━━━━━ Extracted entries ━━━━━

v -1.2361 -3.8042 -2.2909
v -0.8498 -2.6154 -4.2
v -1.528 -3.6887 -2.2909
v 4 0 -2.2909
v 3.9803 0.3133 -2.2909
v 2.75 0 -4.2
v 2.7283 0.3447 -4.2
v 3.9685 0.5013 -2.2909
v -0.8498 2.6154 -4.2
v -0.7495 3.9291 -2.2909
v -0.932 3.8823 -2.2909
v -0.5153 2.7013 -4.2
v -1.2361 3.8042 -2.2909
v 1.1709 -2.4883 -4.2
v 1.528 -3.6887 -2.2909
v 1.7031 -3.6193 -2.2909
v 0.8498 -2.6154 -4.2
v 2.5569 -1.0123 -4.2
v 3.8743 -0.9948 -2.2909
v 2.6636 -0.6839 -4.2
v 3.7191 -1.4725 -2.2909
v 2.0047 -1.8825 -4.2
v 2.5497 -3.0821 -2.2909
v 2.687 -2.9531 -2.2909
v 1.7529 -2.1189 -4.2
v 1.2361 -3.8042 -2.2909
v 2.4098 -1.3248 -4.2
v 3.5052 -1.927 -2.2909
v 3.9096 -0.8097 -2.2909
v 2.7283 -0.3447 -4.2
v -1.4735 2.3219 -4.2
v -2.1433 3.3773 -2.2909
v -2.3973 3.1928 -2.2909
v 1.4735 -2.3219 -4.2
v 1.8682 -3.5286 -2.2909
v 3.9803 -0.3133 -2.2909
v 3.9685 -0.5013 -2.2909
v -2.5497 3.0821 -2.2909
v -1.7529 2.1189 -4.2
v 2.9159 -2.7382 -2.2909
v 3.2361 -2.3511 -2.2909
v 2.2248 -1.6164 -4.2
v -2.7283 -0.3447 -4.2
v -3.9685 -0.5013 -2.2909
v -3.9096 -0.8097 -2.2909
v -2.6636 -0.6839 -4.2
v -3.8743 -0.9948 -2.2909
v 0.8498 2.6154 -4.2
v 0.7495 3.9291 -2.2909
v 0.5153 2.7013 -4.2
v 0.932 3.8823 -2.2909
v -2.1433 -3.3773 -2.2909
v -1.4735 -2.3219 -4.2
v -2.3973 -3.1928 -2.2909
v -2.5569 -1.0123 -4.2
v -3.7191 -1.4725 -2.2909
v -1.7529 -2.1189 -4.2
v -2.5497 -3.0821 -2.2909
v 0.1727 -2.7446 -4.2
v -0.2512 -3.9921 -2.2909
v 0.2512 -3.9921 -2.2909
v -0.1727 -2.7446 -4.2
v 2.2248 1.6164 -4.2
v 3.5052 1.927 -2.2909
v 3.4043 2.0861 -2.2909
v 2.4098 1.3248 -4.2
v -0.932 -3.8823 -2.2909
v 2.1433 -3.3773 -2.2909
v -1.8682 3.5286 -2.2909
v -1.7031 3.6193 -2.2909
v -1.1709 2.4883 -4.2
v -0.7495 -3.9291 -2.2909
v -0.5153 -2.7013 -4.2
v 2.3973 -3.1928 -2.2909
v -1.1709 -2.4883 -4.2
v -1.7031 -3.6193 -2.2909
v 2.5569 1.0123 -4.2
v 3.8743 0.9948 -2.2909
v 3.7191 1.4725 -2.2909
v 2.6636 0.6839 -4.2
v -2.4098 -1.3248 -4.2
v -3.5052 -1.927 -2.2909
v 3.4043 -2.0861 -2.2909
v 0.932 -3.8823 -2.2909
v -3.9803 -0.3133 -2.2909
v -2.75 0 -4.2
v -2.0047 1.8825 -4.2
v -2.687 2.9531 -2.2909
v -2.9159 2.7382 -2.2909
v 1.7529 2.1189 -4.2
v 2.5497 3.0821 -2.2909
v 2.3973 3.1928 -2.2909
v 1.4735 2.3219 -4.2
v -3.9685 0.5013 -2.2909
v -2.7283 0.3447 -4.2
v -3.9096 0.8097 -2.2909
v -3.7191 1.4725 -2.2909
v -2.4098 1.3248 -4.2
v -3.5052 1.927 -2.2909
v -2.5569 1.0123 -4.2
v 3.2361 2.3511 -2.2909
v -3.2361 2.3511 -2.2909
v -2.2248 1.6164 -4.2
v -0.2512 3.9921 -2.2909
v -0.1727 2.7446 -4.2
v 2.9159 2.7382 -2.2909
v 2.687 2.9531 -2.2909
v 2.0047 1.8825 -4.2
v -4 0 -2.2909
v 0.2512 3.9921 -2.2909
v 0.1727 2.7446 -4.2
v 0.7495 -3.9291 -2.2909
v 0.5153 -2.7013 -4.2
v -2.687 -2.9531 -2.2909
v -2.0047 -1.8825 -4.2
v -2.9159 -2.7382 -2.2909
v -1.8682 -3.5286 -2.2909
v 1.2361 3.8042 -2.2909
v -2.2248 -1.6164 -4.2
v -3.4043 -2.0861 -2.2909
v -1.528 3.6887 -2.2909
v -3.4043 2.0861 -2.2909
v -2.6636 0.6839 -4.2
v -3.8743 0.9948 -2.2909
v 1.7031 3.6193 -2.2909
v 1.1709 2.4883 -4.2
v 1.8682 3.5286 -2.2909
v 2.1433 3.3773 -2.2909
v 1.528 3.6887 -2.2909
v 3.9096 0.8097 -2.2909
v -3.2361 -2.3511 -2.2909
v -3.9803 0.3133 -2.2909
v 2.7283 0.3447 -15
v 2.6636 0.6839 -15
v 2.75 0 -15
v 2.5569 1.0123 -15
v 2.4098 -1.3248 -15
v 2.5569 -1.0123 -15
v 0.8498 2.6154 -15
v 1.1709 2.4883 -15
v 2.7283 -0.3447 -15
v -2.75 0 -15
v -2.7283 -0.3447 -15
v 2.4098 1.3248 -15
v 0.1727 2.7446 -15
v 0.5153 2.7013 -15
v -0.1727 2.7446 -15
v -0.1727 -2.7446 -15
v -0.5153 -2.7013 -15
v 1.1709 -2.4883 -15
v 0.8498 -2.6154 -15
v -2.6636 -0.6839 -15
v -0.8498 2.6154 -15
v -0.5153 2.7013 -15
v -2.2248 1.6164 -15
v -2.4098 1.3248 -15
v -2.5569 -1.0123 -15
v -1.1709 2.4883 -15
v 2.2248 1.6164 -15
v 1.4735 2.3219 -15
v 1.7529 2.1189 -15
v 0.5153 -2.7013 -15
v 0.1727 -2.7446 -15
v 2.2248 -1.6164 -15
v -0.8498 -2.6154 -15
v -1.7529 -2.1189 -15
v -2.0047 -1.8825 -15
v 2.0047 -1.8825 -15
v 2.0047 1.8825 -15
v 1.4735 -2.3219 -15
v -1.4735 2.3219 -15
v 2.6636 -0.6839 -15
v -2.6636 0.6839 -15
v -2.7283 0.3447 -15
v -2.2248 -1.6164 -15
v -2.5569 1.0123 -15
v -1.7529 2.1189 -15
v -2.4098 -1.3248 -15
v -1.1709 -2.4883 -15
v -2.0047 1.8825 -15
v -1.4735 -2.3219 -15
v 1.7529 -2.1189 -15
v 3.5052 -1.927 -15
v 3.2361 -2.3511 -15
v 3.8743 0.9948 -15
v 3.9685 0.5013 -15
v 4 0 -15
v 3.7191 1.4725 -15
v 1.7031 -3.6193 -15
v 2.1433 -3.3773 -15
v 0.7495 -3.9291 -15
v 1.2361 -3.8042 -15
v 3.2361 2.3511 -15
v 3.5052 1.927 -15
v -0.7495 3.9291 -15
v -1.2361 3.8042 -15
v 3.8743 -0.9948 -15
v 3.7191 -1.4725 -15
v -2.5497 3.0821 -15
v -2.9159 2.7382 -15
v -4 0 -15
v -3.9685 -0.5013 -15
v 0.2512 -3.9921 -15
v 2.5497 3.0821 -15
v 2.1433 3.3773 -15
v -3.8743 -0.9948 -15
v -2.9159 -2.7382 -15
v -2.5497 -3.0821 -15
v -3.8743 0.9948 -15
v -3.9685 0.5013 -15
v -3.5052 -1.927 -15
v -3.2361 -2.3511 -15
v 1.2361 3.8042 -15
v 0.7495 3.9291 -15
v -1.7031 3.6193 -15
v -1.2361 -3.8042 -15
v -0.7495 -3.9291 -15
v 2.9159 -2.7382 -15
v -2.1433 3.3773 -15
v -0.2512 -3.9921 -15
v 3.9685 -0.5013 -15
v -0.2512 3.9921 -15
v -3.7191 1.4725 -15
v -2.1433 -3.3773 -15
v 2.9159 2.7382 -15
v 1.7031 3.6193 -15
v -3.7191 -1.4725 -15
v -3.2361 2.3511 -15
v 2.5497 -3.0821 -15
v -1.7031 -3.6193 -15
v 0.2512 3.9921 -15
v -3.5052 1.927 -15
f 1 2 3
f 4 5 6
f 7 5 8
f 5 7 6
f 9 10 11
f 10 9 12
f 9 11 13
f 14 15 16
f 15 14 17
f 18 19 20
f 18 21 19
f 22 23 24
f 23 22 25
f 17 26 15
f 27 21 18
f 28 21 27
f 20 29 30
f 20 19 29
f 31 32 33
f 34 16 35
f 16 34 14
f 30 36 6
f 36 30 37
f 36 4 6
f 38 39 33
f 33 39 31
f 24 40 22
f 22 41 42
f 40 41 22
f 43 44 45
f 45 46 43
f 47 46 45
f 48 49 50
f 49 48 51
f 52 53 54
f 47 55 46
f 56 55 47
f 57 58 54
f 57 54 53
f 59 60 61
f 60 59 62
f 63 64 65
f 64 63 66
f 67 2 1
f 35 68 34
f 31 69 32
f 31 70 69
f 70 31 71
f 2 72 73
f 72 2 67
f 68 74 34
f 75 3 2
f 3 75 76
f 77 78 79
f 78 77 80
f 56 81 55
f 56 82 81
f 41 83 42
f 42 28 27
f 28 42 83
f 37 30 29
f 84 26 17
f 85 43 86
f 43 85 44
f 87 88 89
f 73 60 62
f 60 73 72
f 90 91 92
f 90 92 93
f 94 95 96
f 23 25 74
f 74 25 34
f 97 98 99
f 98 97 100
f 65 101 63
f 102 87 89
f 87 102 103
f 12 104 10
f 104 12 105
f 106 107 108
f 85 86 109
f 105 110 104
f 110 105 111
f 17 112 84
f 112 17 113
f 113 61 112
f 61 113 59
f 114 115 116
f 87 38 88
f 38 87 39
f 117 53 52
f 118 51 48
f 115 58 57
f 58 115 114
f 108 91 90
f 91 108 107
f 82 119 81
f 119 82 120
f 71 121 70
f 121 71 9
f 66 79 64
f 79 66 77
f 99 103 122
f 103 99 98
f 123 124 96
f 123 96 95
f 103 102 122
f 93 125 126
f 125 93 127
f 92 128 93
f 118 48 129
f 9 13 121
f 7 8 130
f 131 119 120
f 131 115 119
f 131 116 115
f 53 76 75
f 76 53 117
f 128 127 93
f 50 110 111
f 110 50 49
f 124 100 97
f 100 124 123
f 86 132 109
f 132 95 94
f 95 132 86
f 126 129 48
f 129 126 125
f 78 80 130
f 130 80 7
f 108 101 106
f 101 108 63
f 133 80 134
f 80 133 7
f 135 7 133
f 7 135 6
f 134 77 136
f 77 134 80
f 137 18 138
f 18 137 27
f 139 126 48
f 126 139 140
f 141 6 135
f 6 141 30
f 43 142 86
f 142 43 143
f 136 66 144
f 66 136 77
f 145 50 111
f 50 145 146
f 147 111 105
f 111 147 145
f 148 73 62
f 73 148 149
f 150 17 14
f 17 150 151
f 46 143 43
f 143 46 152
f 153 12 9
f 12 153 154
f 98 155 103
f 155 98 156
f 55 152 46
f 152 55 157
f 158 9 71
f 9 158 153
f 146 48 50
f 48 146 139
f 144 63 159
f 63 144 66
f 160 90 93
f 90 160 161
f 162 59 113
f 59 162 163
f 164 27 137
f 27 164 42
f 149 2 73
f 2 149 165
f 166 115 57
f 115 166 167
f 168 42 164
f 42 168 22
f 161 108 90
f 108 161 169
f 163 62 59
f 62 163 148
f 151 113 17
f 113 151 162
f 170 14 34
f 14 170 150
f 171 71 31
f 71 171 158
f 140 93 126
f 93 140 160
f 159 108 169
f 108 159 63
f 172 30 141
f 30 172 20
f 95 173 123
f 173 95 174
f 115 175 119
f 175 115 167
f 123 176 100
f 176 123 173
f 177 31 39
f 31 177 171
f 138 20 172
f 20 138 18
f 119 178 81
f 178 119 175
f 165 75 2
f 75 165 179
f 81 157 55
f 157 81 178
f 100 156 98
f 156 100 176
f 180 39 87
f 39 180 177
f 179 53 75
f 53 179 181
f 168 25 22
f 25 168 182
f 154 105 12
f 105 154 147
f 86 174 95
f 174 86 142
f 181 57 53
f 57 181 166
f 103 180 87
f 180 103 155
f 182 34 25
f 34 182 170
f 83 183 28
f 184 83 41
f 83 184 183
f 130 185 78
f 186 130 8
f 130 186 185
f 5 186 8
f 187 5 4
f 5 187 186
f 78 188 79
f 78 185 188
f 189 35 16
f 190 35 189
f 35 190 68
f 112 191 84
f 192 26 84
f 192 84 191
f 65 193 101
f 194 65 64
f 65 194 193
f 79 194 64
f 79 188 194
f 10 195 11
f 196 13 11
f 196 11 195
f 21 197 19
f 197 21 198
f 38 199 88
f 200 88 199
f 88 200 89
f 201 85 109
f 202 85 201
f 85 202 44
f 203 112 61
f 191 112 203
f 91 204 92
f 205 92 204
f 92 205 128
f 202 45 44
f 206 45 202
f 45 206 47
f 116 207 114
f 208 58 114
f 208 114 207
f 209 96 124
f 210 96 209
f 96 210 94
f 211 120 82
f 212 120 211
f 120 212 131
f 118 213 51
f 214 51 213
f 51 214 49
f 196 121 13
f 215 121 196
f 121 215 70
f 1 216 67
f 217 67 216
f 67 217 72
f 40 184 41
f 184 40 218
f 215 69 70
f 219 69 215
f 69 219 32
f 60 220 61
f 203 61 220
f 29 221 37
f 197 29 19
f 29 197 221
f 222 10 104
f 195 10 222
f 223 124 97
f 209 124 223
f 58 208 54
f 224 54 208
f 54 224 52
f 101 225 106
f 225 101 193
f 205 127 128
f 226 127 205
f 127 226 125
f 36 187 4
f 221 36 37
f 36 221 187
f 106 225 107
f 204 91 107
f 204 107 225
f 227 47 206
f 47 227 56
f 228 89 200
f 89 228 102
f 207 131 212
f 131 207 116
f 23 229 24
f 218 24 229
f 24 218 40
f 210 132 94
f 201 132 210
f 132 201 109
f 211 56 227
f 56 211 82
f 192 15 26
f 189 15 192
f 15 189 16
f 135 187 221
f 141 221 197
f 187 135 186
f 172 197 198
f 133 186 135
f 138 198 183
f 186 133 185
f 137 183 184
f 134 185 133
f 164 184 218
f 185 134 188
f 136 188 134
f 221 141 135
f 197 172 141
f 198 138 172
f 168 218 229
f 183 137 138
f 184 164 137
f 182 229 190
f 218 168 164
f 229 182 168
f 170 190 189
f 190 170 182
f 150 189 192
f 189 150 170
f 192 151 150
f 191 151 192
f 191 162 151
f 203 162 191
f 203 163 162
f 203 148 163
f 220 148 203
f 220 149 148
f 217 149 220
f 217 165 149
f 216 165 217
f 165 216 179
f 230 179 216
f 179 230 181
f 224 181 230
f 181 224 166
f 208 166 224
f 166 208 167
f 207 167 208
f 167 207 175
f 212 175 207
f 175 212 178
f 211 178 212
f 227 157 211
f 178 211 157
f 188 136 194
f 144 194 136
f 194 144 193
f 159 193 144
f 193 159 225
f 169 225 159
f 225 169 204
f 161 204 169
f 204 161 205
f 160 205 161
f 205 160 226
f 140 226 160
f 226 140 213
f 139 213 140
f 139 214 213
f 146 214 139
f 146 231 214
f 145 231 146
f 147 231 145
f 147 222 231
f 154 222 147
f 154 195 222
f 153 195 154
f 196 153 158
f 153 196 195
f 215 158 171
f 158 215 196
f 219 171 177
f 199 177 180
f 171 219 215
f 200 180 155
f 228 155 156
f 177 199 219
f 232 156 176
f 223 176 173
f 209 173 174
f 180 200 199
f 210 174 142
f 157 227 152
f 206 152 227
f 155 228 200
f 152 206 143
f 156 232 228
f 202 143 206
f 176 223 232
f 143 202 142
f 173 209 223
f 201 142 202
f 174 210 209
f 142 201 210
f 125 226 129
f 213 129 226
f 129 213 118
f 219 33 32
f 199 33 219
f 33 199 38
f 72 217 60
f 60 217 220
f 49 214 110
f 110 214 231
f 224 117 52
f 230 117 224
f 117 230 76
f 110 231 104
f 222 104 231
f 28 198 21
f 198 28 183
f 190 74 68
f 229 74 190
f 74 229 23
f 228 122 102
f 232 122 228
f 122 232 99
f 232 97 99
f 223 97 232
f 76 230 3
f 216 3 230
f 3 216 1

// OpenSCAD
$fn = 50;

difference() {
	union() {
		translate(v = [0, 0, -15.0]) {
			cylinder(h = 15, r = 4.0);
		}
	}
	union() {
		translate(v = [0, 0, 0]) {
			rotate(a = [0, 0, 0]) {
				difference() {
					union() {
						translate(v = [0, 0, -18.0]) {
							cylinder(h = 18, r = 2.25);
						}
						translate(v = [0, 0, -4.2]) {
							cylinder(h = 4.2, r1 = 2.75, r2 = 5.5);
						}
						translate(v = [0, 0, -18.0]) {
							cylinder(h = 18, r = 2.75);
						}
						translate(v = [0, 0, -18.0]) {
							cylinder(h = 18, r = 2.25);
						}
					}
					union();
				}
			}
		}
	}
}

━━━━━

The task:
All lines above from the one containing "f 125 93 127" to the one containing "f 154 105 12" must be repeated exactly, both lines included, and no others.

Written response:
f 125 93 127
f 92 128 93
f 118 48 129
f 9 13 121
f 7 8 130
f 131 119 120
f 131 115 119
f 131 116 115
f 53 76 75
f 76 53 117
f 128 127 93
f 50 110 111
f 110 50 49
f 124 100 97
f 100 124 123
f 86 132 109
f 132 95 94
f 95 132 86
f 126 129 48
f 129 126 125
f 78 80 130
f 130 80 7
f 108 101 106
f 101 108 63
f 133 80 134
f 80 133 7
f 135 7 133
f 7 135 6
f 134 77 136
f 77 134 80
f 137 18 138
f 18 137 27
f 139 126 48
f 126 139 140
f 141 6 135
f 6 141 30
f 43 142 86
f 142 43 143
f 136 66 144
f 66 136 77
f 145 50 111
f 50 145 146
f 147 111 105
f 111 147 145
f 148 73 62
f 73 148 149
f 150 17 14
f 17 150 151
f 46 143 43
f 143 46 152
f 153 12 9
f 12 153 154
f 98 155 103
f 155 98 156
f 55 152 46
f 152 55 157
f 158 9 71
f 9 158 153
f 146 48 50
f 48 146 139
f 144 63 159
f 63 144 66
f 160 90 93
f 90 160 161
f 162 59 113
f 59 162 163
f 164 27 137
f 27 164 42
f 149 2 73
f 2 149 165
f 166 115 57
f 115 166 167
f 168 42 164
f 42 168 22
f 161 108 90
f 108 161 169
f 163 62 59
f 62 163 148
f 151 113 17
f 113 151 162
f 170 14 34
f 14 170 150
f 171 71 31
f 71 171 158
f 140 93 126
f 93 140 160
f 159 108 169
f 108 159 63
f 172 30 141
f 30 172 20
f 95 173 123
f 173 95 174
f 115 175 119
f 175 115 167
f 123 176 100
f 176 123 173
f 177 31 39
f 31 177 171
f 138 20 172
f 20 138 18
f 119 178 81
f 178 119 175
f 165 75 2
f 75 165 179
f 81 157 55
f 157 81 178
f 100 156 98
f 156 100 176
f 180 39 87
f 39 180 177
f 179 53 75
f 53 179 181
f 168 25 22
f 25 168 182
f 154 105 12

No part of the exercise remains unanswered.